An adapter to allow use of ANTLR v4 lexer grammars with PMD-CPD code duplication detection.
Note: This project and its author are not affiliated with the PMD or ANTLR projects.
CPD-ANTLR provides an adapter between two great projects.
-
PMD is a source code analyzer that, among other things, includes a Copy/Paste Detector (CPD). CPD is very fast and can be easily extended to other languages.
-
ANTLR is a parser generator. Of particular note are the sample grammars available for version 4, including many languages such as R, Erlang, and SQLite.
CPD-ANTLR downloads the ANTLR sample grammars, compiles them, and generates the necessary Tokenizer
and Language
classes to make the lexer classes available to CPD.
This code seems to be working now.
To build, run gradle build
. This builds a fat jar at build/libs/cpd-antlr.jar
containing CPD-ANTLR as well as the compiled ANTLR grammars and all necessary dependencies. Then simply put this jar in your CLASSPATH environment variable and run CPD using the new language.

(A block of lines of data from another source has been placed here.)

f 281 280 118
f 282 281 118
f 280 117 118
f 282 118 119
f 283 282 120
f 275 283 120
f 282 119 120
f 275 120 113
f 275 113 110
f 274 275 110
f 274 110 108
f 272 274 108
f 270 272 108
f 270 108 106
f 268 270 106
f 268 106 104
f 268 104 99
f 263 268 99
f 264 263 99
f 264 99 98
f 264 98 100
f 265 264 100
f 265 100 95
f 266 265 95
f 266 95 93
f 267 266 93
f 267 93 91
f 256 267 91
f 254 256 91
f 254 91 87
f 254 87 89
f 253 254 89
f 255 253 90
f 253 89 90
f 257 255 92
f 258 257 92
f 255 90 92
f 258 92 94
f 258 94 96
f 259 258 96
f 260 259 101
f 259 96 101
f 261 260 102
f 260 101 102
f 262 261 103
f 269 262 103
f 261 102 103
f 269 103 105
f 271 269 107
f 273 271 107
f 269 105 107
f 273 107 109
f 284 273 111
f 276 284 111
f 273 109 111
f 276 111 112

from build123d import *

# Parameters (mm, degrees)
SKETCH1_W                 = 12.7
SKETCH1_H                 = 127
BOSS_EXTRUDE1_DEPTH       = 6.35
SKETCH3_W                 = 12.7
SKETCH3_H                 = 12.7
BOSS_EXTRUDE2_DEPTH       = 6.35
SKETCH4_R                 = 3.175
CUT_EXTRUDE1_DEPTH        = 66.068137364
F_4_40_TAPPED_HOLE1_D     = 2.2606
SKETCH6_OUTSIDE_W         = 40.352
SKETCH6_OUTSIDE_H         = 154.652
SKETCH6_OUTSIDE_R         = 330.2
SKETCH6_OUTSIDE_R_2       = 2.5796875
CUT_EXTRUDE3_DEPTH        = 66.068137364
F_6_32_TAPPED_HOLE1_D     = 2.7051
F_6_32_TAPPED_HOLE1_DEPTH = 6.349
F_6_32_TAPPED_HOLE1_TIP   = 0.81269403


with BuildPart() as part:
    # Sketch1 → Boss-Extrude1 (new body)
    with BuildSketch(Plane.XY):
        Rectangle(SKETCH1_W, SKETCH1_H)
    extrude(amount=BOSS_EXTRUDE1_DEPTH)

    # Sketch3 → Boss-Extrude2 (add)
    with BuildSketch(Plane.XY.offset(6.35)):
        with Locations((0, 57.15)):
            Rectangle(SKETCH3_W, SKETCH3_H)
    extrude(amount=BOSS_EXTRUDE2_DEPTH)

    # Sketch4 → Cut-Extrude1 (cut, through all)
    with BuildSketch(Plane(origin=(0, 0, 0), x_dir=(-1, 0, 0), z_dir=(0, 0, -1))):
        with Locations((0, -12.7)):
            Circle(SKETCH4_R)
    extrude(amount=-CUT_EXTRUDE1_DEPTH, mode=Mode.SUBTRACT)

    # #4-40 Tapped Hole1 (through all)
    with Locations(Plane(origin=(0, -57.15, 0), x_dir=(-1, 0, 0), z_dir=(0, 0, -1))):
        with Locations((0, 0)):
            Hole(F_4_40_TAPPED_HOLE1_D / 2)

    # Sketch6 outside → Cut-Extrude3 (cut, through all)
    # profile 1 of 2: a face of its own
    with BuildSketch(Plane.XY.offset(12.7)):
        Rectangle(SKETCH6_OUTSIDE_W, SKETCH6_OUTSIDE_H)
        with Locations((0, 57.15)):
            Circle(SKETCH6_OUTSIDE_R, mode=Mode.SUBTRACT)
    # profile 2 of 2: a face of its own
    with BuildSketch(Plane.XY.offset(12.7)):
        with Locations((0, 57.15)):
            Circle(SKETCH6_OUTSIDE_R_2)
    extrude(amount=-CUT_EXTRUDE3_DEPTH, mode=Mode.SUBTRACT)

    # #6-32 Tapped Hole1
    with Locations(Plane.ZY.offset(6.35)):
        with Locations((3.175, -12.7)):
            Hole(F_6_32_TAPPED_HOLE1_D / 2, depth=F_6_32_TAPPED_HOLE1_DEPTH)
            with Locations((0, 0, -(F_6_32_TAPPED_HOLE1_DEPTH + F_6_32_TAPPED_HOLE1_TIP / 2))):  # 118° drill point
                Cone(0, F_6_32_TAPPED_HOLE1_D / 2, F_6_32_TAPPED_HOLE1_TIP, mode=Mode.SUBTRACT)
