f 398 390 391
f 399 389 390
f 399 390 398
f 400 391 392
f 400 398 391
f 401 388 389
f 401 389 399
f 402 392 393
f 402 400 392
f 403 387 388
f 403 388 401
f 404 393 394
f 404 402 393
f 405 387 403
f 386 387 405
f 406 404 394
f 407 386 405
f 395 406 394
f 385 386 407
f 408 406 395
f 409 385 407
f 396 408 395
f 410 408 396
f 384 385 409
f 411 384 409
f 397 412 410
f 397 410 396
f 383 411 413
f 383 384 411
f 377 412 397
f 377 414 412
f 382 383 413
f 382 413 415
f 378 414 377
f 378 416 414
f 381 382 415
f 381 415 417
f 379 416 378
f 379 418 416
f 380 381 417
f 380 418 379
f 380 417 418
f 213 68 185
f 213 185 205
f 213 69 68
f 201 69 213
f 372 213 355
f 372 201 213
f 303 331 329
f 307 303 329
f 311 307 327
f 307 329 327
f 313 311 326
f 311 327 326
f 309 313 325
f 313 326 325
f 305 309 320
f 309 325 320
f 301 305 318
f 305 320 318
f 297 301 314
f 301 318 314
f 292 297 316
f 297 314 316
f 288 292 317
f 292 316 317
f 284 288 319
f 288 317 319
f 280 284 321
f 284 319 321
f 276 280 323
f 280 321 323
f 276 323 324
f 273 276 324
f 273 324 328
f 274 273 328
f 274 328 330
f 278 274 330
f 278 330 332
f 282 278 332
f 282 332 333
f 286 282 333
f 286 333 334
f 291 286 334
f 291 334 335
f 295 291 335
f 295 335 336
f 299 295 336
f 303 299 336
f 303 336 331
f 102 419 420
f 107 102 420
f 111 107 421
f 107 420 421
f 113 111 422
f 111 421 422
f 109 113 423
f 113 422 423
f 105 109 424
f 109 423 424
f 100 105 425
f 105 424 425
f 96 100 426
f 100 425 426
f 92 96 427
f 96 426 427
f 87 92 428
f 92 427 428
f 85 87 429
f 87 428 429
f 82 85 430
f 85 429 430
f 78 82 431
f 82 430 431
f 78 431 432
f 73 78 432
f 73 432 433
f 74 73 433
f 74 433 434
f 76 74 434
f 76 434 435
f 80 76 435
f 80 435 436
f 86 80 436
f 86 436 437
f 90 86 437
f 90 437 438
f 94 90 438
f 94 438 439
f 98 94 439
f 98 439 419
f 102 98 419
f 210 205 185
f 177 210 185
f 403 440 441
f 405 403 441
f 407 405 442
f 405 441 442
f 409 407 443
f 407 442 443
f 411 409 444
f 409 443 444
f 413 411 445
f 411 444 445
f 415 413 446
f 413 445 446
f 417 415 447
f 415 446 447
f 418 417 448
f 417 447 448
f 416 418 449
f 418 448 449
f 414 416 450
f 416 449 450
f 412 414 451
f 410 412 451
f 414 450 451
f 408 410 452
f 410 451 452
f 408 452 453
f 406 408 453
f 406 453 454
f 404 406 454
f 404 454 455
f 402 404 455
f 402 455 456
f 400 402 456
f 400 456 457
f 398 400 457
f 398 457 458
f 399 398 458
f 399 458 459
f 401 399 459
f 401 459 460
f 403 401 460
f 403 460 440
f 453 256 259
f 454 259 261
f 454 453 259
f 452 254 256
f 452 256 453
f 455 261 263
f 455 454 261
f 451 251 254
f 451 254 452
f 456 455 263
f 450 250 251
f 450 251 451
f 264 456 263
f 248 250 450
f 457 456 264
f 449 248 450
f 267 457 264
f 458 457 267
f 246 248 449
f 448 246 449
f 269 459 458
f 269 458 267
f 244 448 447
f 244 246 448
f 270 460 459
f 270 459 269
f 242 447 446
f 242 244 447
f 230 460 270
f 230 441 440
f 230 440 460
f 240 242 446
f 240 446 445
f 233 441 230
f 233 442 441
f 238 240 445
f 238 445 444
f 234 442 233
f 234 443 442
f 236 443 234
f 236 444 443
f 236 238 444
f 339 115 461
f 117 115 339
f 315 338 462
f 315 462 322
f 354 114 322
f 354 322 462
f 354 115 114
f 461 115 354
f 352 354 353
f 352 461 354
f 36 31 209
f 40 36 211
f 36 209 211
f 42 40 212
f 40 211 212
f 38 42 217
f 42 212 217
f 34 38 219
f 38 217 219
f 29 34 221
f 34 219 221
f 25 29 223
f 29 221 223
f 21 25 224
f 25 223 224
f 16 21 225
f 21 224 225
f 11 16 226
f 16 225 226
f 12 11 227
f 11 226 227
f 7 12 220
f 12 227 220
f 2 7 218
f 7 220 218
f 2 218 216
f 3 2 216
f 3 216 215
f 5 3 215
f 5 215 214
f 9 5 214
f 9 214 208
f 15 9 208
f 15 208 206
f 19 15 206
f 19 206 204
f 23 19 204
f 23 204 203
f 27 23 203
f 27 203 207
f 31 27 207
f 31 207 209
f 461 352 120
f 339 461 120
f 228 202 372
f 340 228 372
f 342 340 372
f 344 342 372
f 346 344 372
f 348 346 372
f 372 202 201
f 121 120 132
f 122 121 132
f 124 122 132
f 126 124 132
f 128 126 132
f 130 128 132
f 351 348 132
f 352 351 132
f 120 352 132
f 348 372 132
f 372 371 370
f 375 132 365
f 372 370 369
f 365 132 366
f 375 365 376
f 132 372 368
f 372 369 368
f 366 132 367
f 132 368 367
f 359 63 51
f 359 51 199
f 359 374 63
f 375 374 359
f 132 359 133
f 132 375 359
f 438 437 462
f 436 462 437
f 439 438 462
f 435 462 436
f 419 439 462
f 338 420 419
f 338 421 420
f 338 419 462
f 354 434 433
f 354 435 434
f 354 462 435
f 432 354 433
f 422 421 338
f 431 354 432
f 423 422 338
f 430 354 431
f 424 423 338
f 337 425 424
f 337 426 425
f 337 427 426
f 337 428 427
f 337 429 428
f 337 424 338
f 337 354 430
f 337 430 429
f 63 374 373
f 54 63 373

export CLASSPATH=/path/to/cpd-antlr/build/libs/cpd-antlr.jar
pmd-bin/bin/run.sh cpd --files /path/to/R/code/ --minimum-tokens 100 --language r
If you view the CPD help with pmd-bin/bin/run.sh cpd -h
, you'll see this delightful list of supported languages:
Supported languages: [csharp4, scss, csv, arithmetic, vhdl, ecmascript, plsql,
webidl, java, mumath, xml, atl, logo, html, mysql, bnf, cobol85, verilog2001,
gff3, matlab, calculator, cpp14, cpp, python, sqlite, turtle, visualbasic6,
stg, less, idl, mps, abnf, stacktrace, cobol85preprocessor, suokif, tnt,
mumps, tnsnames, fol, jvmbasic, scala, clojure, jsp, pascal, dot, erlang,
fasta, pcre, xpath, java8, pgn, fortran, icalendar, json, graphql, iri, st,
c, clif, go, objectivec, antlrv4, asm6502, ruby, cs, memcached_protocol,
redcode, r, propcalc, creole, lua, php, asm, peoplecode, sparql, asn,
smalltalk, objc, ucblogo]
To use your own ANTLR grammar with CPD:
-
Create a Tokenizer class. Extend the AbstractANTLRTokenizer class and initialize the
lexer
variable with your own lexer in the constructor. An example of how to do this may be seen in TokenizerGenerator. -
Create a Language class. This class specifies the name of the language, the Tokenizer class to split the code up into tokens, and the file extensions to look for. See LanguageGenerator for an example.
-
Make sure a line with your fully-qualified Language class name ends up in
META-INF/services/net.sourceforge.pmd.cpd.Language
in the compiled jar file. PMD uses ServiceLoader to discover other langues from jars. The service list in this project is automatically generated withinbuild.gradle
.
For others who wish to add languages to PMD-CPD, an important tip is to make sure not to include the PMD code in your fat jar, as this may impair service loading.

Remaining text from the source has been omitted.